Monday, 06/21/2021 4:26:33 PM

Monday, June 21, 2021 4:26:33 PM

Post# of 54376
Trustbusting Kicks Into Higher Gear
Two more signs that antitrust is a big focus on both sides of the aisle.


By Andrew Ross Sorkin, Jason Karaian, Sarah Kessler, Stephen Gandel, Michael J. de la Merced, Lauren Hirsch and Ephrat Livni

Breaking up
The Department of Justice yesterday filed its first antitrust action since President Biden took office, to block the proposed merger of Aon and Willis Towers Watson. It argued that combining two of the three largest insurance brokers would create an anticompetitive “behemoth.” The $30 billion transaction would “eliminate substantial head-to-head competition and likely lead to higher prices and less innovation,” the department’s complaint said.

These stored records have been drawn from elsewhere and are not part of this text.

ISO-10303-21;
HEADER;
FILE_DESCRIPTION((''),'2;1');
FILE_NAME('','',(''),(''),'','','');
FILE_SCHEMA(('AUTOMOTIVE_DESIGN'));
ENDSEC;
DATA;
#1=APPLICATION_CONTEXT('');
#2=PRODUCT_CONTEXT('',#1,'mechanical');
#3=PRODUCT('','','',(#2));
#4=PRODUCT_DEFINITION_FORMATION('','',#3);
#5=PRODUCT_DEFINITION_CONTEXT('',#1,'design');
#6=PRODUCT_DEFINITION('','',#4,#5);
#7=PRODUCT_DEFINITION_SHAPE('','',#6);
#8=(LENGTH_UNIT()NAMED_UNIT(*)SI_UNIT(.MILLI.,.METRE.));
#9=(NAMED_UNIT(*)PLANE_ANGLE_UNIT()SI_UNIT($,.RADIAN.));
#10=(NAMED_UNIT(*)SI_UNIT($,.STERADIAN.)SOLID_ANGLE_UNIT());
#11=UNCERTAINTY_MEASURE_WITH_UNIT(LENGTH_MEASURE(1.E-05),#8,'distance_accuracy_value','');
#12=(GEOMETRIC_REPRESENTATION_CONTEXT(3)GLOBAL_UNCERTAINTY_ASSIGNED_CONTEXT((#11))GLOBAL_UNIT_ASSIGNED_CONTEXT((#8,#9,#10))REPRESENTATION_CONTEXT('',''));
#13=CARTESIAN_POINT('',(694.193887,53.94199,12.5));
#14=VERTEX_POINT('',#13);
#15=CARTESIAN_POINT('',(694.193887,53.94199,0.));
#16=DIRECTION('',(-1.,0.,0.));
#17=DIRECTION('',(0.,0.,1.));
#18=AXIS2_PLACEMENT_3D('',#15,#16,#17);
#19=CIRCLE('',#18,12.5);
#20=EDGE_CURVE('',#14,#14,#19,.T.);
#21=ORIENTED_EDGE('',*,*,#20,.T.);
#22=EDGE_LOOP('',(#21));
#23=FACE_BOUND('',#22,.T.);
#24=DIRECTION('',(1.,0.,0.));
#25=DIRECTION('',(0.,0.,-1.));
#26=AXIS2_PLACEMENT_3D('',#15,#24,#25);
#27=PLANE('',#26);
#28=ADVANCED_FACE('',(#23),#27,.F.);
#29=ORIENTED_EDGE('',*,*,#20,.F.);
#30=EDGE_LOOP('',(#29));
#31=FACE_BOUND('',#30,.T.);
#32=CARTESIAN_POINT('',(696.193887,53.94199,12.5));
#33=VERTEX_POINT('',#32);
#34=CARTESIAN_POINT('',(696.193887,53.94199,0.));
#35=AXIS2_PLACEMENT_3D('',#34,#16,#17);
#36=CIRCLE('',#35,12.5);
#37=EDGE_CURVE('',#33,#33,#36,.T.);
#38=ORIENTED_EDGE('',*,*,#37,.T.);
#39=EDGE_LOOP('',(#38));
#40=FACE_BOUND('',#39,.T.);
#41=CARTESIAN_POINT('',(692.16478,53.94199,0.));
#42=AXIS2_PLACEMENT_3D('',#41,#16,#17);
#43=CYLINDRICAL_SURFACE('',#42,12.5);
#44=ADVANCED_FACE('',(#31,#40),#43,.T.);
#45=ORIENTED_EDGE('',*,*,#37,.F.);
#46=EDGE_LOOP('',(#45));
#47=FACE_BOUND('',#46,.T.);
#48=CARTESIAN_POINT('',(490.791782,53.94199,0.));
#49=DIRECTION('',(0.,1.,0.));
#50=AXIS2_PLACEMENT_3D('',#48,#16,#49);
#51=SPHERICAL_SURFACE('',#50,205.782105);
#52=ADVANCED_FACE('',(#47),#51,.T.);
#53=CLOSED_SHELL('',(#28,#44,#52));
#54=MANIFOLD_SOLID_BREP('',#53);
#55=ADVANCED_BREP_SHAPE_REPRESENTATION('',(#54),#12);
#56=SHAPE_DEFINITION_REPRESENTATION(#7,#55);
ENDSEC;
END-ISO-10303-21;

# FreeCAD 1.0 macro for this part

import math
import FreeCAD as App
import Part
import Sketcher

V = App.Vector

doc = App.newDocument("Part")
body = doc.addObject("PartDesign::Body", "Body")

# Sketch on XY plane
sketch1 = body.newObject("Sketcher::SketchObject", "Sketch")
sketch1.AttachmentSupport = (doc.getObject("XY_Plane"), [""])
sketch1.MapMode = "FlatFace"
sketch1.addGeometry([
    Part.LineSegment(V(694.193887, 66.44199, 0), V(694.193887, 53.94199, 0)),
    Part.LineSegment(V(694.193887, 53.94199, 0), V(696.573887, 53.94199, 0)),
    Part.ArcOfCircle(Part.Circle(V(490.791781, 53.94199, 0), V(0, 0, 1), 205.782106), math.radians(0), math.radians(3.482511)),
    Part.LineSegment(V(696.193887, 66.44199, 0), V(694.193887, 66.44199, 0)),
], False)
sketch1.addGeometry(Part.LineSegment(V(490.791781, 53.94199, 0), V(696.573887, 53.94199, 0)), True)  # axis
sketch1.addConstraint([
    Sketcher.Constraint("Coincident", 0, 2, 1, 1),
    Sketcher.Constraint("Coincident", 1, 2, 2, 1),
    Sketcher.Constraint("Coincident", 2, 2, 3, 1),
    Sketcher.Constraint("Coincident", 3, 2, 0, 1),
    Sketcher.Constraint("Vertical", 0),
    Sketcher.Constraint("Horizontal", 1),
    Sketcher.Constraint("Horizontal", 3),
    Sketcher.Constraint("Horizontal", 4),
    Sketcher.Constraint("Coincident", 4, 1, 2, 3),
    Sketcher.Constraint("Coincident", 4, 2, 1, 2),
    Sketcher.Constraint("DistanceX", 3, 2, 3, 1, 2.0),
    Sketcher.Constraint("DistanceY", 0, 2, 0, 1, 12.5),
    Sketcher.Constraint("Radius", 2, 205.782106),
    Sketcher.Constraint("DistanceX", -1, 1, 2, 3, 490.791781),
    Sketcher.Constraint("DistanceY", -1, 1, 2, 3, 53.94199),
])
revolution = body.newObject("PartDesign::Revolution", "Revolution")
revolution.Profile = sketch1
revolution.ReferenceAxis = (sketch1, ["Axis0"])
revolution.Angle = 360

doc.recompute()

The action came on an already big day for American antitrust. Lina Khan, 32, was sworn in as chair of the Federal Trade Commission, “the youngest in the agency’s history and its most progressive in at least a generation,” write The Times’s David McCabe and Cecilia Kang. Khan is a Big Tech critic whose views on Amazon changed how many think about monopoly in the internet era. She will now have power to reshape the rules: Her leadership role signals that the Biden administration will act on the trustbusting promises made on the campaign trail.

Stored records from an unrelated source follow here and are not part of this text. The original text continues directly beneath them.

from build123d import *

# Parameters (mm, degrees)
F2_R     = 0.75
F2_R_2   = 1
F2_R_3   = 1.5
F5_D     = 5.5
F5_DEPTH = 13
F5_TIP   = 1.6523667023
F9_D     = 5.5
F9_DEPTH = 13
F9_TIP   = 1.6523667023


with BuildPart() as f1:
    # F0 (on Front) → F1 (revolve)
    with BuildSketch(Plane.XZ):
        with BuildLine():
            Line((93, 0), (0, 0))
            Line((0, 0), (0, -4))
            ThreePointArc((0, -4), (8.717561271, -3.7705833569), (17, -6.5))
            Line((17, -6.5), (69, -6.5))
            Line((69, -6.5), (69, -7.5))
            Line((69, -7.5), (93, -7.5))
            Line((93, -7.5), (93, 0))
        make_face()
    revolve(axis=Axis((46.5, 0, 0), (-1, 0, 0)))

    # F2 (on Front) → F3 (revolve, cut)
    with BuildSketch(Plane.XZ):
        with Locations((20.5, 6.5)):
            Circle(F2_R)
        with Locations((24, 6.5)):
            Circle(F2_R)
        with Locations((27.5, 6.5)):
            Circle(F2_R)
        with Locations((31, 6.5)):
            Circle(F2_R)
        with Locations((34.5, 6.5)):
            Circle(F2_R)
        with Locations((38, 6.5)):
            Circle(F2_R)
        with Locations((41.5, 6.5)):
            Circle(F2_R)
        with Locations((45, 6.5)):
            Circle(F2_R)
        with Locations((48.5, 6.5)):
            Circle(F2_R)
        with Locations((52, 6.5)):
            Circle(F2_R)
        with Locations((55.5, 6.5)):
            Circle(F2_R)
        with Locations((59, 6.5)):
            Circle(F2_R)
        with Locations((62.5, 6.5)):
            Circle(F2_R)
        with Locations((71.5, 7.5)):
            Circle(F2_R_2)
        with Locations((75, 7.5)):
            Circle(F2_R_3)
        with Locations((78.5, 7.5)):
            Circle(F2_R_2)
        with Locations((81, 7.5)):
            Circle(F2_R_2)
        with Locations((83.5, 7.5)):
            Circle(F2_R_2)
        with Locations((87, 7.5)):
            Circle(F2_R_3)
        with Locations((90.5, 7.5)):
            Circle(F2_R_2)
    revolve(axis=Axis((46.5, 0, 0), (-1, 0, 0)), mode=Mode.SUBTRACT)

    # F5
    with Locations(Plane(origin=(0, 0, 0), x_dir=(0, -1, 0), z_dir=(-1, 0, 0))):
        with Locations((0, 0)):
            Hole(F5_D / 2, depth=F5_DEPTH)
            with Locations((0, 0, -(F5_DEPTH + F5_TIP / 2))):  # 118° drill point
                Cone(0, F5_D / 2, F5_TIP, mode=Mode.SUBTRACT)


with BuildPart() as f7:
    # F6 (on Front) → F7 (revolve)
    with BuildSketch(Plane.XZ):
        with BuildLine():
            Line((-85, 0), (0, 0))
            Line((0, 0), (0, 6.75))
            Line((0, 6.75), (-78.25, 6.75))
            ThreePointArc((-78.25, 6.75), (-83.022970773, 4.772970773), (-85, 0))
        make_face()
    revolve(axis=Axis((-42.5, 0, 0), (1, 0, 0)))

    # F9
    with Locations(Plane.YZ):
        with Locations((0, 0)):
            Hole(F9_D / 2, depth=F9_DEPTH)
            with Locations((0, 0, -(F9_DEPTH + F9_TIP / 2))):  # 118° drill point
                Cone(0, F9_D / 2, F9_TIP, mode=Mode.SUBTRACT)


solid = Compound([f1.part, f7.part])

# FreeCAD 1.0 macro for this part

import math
import FreeCAD as App
import Part
import Sketcher

V = App.Vector

doc = App.newDocument("Part")
body = doc.addObject("PartDesign::Body", "Body")

sketch1 = body.newObject("Sketcher::SketchObject", "Sketch")
sketch1.AttachmentSupport = (doc.getObject("XZ_Plane"), [""])
sketch1.MapMode = "FlatFace"
sketch1.addGeometry([
    Part.LineSegment(V(93, 0, 0), V(0, 0, 0)),
    Part.LineSegment(V(0, 0, 0), V(0, -4, 0)),
    Part.ArcOfCircle(Part.Circle(V(5.017838, -28.9287, 0), V(0, 0, 1), 25.4287), math.radians(61.887376), math.radians(101.380851)),
    Part.LineSegment(V(17, -6.5, 0), V(69, -6.5, 0)),
    Part.LineSegment(V(69, -6.5, 0), V(69, -7.5, 0)),
    Part.LineSegment(V(69, -7.5, 0), V(93, -7.5, 0)),
    Part.LineSegment(V(93, -7.5, 0), V(93, 0, 0)),
], False)
sketch1.addConstraint([
    Sketcher.Constraint("Coincident", 0, 2, 1, 1),
    Sketcher.Constraint("Coincident", 1, 2, 2, 2),
    Sketcher.Constraint("Coincident", 2, 1, 3, 1),
    Sketcher.Constraint("Coincident", 3, 2, 4, 1),
    Sketcher.Constraint("Coincident", 4, 2, 5, 1),
    Sketcher.Constraint("Coincident", 5, 2, 6, 1),
    Sketcher.Constraint("Coincident", 6, 2, 0, 1),
    Sketcher.Constraint("Horizontal", 0),
    Sketcher.Constraint("Vertical", 1),
    Sketcher.Constraint("Horizontal", 3),
    Sketcher.Constraint("Vertical", 4),
    Sketcher.Constraint("Horizontal", 5),
    Sketcher.Constraint("Vertical", 6),
    Sketcher.Constraint("Coincident", 0, 2, -1, 1),
    Sketcher.Constraint("DistanceX", 0, 2, 0, 1, 93.0),
    Sketcher.Constraint("DistanceX", 3, 1, 3, 2, 52.0),
    Sketcher.Constraint("DistanceX", 5, 1, 5, 2, 24.0),
    Sketcher.Constraint("DistanceY", 1, 2, 1, 1, 4.0),
    Sketcher.Constraint("DistanceY", 4, 2, 4, 1, 1.0),
    Sketcher.Constraint("DistanceY", 6, 1, 6, 2, 7.5),
    Sketcher.Constraint("Radius", 2, 25.4287),
])
revolution = body.newObject("PartDesign::Revolution", "Revolution")
revolution.Profile = sketch1
revolution.ReferenceAxis = (sketch1, ["H_Axis"])
revolution.Angle = 360

sketch2 = body.newObject("Sketcher::SketchObject", "Sketch001")
sketch2.AttachmentSupport = (doc.getObject("XZ_Plane"), [""])
sketch2.MapMode = "FlatFace"
sketch2.addGeometry([
    Part.Circle(V(20.5, 6.5, 0), V(0, 0, 1), 0.75),
    Part.Circle(V(24, 6.5, 0), V(0, 0, 1), 0.75),
    Part.Circle(V(27.5, 6.5, 0), V(0, 0, 1), 0.75),
    Part.Circle(V(31, 6.5, 0), V(0, 0, 1), 0.75),
    Part.Circle(V(34.5, 6.5, 0), V(0, 0, 1), 0.75),
    Part.Circle(V(38, 6.5, 0), V(0, 0, 1), 0.75),
    Part.Circle(V(41.5, 6.5, 0), V(0, 0, 1), 0.75),
    Part.Circle(V(45, 6.5, 0), V(0, 0, 1), 0.75),
    Part.Circle(V(48.5, 6.5, 0), V(0, 0, 1), 0.75),
    Part.Circle(V(52, 6.5, 0), V(0, 0, 1), 0.75),
    Part.Circle(V(55.5, 6.5, 0), V(0, 0, 1), 0.75),
    Part.Circle(V(59, 6.5, 0), V(0, 0, 1), 0.75),
    Part.Circle(V(62.5, 6.5, 0), V(0, 0, 1), 0.75),
    Part.Circle(V(71.5, 7.5, 0), V(0, 0, 1), 1),
    Part.Circle(V(75, 7.5, 0), V(0, 0, 1), 1.5),
    Part.Circle(V(78.5, 7.5, 0), V(0, 0, 1), 1),
    Part.Circle(V(81, 7.5, 0), V(0, 0, 1), 1),
    Part.Circle(V(83.5, 7.5, 0), V(0, 0, 1), 1),
    Part.Circle(V(87, 7.5, 0), V(0, 0, 1), 1.5),
    Part.Circle(V(90.5, 7.5, 0), V(0, 0, 1), 1),
], False)
sketch2.addConstraint([
    Sketcher.Constraint("Equal", 0, 1),
    Sketcher.Constraint("Equal", 1, 2),
    Sketcher.Constraint("Equal", 2, 3),
    Sketcher.Constraint("Equal", 3, 4),
    Sketcher.Constraint("Equal", 4, 5),
    Sketcher.Constraint("Equal", 5, 6),
    Sketcher.Constraint("Equal", 6, 7),
    Sketcher.Constraint("Equal", 7, 8),
    Sketcher.Constraint("Equal", 8, 9),
    Sketcher.Constraint("Equal", 9, 10),
    Sketcher.Constraint("Equal", 10, 11),
    Sketcher.Constraint("Equal", 11, 12),
    Sketcher.Constraint("Equal", 13, 15),
    Sketcher.Constraint("Equal", 15, 16),
    Sketcher.Constraint("Equal", 16, 17),
    Sketcher.Constraint("Equal", 14, 18),
    Sketcher.Constraint("Equal", 17, 19),
    Sketcher.Constraint("Horizontal", 0, 3, 1, 3),
    Sketcher.Constraint("Horizontal", 1, 3, 2, 3),
    Sketcher.Constraint("Horizontal", 2, 3, 3, 3),
    Sketcher.Constraint("Horizontal", 3, 3, 4, 3),
    Sketcher.Constraint("Horizontal", 4, 3, 5, 3),
    Sketcher.Constraint("Horizontal", 5, 3, 6, 3),
    Sketcher.Constraint("Horizontal", 6, 3, 7, 3),
    Sketcher.Constraint("Horizontal", 7, 3, 8, 3),
    Sketcher.Constraint("Horizontal", 8, 3, 9, 3),
    Sketcher.Constraint("Horizontal", 9, 3, 10, 3),
    Sketcher.Constraint("Horizontal", 10, 3, 11, 3),
    Sketcher.Constraint("Horizontal", 11, 3, 12, 3),
    Sketcher.Constraint("Horizontal", 13, 3, 14, 3),
    Sketcher.Constraint("Horizontal", 14, 3, 15, 3),
    Sketcher.Constraint("Horizontal", 15, 3, 16, 3),
    Sketcher.Constraint("Horizontal", 16, 3, 17, 3),
    Sketcher.Constraint("Horizontal", 17, 3, 18, 3),
    Sketcher.Constraint("Horizontal", 18, 3, 19, 3),
    Sketcher.Constraint("Diameter", 13, 2.0),
    Sketcher.Constraint("Diameter", 14, 3.0),
    Sketcher.Constraint("Diameter", 0, 1.5),
    Sketcher.Constraint("DistanceX", -1, 1, 1, 3, 24.0),
    Sketcher.Constraint("DistanceX", -1, 1, 3, 3, 31.0),
    Sketcher.Constraint("DistanceX", -1, 1, 5, 3, 38.0),
    Sketcher.Constraint("DistanceX", -1, 1, 7, 3, 45.0),
    Sketcher.Constraint("DistanceX", -1, 1, 9, 3, 52.0),
    Sketcher.Constraint("DistanceX", -1, 1, 11, 3, 59.0),
    Sketcher.Constraint("DistanceX", -1, 1, 14, 3, 75.0),
    Sketcher.Constraint("DistanceX", -1, 1, 16, 3, 81.0),
    Sketcher.Constraint("DistanceX", -1, 1, 18, 3, 87.0),
    Sketcher.Constraint("DistanceX", 0, 3, 2, 3, 7.0),
    Sketcher.Constraint("DistanceX", 2, 3, 4, 3, 7.0),
    Sketcher.Constraint("DistanceX", 4, 3, 6, 3, 7.0),
    Sketcher.Constraint("DistanceX", 6, 3, 8, 3, 7.0),
    Sketcher.Constraint("DistanceX", 8, 3, 10, 3, 7.0),
    Sketcher.Constraint("DistanceX", 10, 3, 12, 3, 7.0),
    Sketcher.Constraint("DistanceX", 12, 3, 13, 3, 9.0),
    Sketcher.Constraint("DistanceY", 12, 3, 13, 3, 1.0),
    Sketcher.Constraint("DistanceX", 13, 3, 15, 3, 7.0),
    Sketcher.Constraint("DistanceX", 15, 3, 17, 3, 5.0),
    Sketcher.Constraint("DistanceX", 17, 3, 19, 3, 7.0),
    Sketcher.Constraint("DistanceX", -1, 1, 0, 3, 20.5),
    Sketcher.Constraint("DistanceY", -1, 1, 0, 3, 6.5),
])
groove = body.newObject("PartDesign::Groove", "Groove")
groove.Profile = sketch2
groove.ReferenceAxis = (sketch2, ["H_Axis"])
groove.Angle = 360

sketch3 = body.newObject("Sketcher::SketchObject", "Sketch002")
sketch3.AttachmentSupport = (doc.getObject("YZ_Plane"), [""])
sketch3.MapMode = "FlatFace"
sketch3.addGeometry(Part.Circle(V(0, 0, 0), V(0, 0, 1), 2.75), False)
sketch3.addConstraint([
    Sketcher.Constraint("Coincident", 0, 3, -1, 1),
    Sketcher.Constraint("Diameter", 0, 5.5),
])
doc.recompute()
hole = body.newObject("PartDesign::Hole", "Hole")
hole.Profile = sketch3
hole.ThreadType = "None"
hole.Diameter = 5.5
hole.DepthType = "Dimension"
hole.Depth = 13
hole.DrillPoint = "Angled"
hole.DrillPointAngle = 118
hole.Reversed = True
body2 = doc.addObject("PartDesign::Body", "Body001")

sketch4 = body2.newObject("Sketcher::SketchObject", "Sketch003")
sketch4.AttachmentSupport = (doc.getObject("XZ_Plane001"), [""])
sketch4.MapMode = "FlatFace"
sketch4.addGeometry([
    Part.LineSegment(V(-85, 0, 0), V(0, 0, 0)),
    Part.LineSegment(V(0, 0, 0), V(0, 6.75, 0)),
    Part.LineSegment(V(0, 6.75, 0), V(-78.25, 6.75, 0)),
    Part.ArcOfCircle(Part.Circle(V(-78.25, 0, 0), V(0, 0, 1), 6.75), math.radians(90), math.radians(180)),
], False)
sketch4.addConstraint([
    Sketcher.Constraint("Coincident", 0, 2, 1, 1),
    Sketcher.Constraint("Coincident", 1, 2, 2, 1),
    Sketcher.Constraint("Tangent", 2, 2, 3, 1),
    Sketcher.Constraint("Coincident", 3, 2, 0, 1),
    Sketcher.Constraint("Horizontal", 0),
    Sketcher.Constraint("Vertical", 1),
    Sketcher.Constraint("Horizontal", 2),
    Sketcher.Constraint("Coincident", 0, 2, -1, 1),
    Sketcher.Constraint("PointOnObject", 3, 3, -1),
    Sketcher.Constraint("DistanceX", 0, 1, 0, 2, 85.0),
    Sketcher.Constraint("Radius", 3, 6.75),
])
revolution2 = body2.newObject("PartDesign::Revolution", "Revolution001")
revolution2.Profile = sketch4
revolution2.ReferenceAxis = (sketch4, ["H_Axis"])
revolution2.Angle = 360

sketch5 = body2.newObject("Sketcher::SketchObject", "Sketch004")
sketch5.AttachmentSupport = (doc.getObject("YZ_Plane001"), [""])
sketch5.MapMode = "FlatFace"
sketch5.addGeometry(Part.Circle(V(0, 0, 0), V(0, 0, 1), 2.75), False)
sketch5.addConstraint([
    Sketcher.Constraint("Coincident", 0, 3, -1, 1),
    Sketcher.Constraint("Diameter", 0, 5.5),
])
doc.recompute()
hole2 = body2.newObject("PartDesign::Hole", "Hole001")
hole2.Profile = sketch5
hole2.ThreadType = "None"
hole2.Diameter = 5.5
hole2.DepthType = "Dimension"
hole2.Depth = 13
hole2.DrillPoint = "Angled"
hole2.DrillPointAngle = 118

doc.recompute()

Right now, cracking down on corporations is one of the few things that unites a divided government. Democrats and Republicans at the state and federal level are calling for new antitrust rules and challenging Big Tech in court for alleged abuses of competition law. Notably, the very progressive Khan has some staunch Republican support. And the review of the insurance brokers’ merger began last year, when Donald Trump — another vocal Big Tech critic — was in office. Doug Melamed, a Stanford Law professor and the former acting assistant attorney general of the D.O.J.’s antitrust division, told DealBook that if the complaint’s analysis of the market is accurate, the government “almost” had to challenge the combination.

More tough antitrust enforcement officials may be on the way. The top antitrust position at the D.O.J. is vacant, and one rumored favorite to take over in a permanent capacity is the lawyer Jonathan Sallet. Sallet, a senior counsel for a coalition of state attorneys general going after Google, has faced criticism from progressives for refusing to ally with Republicans in that effort. Another top contender and vocal Google critic, Jonathan Kanter, has gained praise from progressive groups like Public Citizen and MoveOn.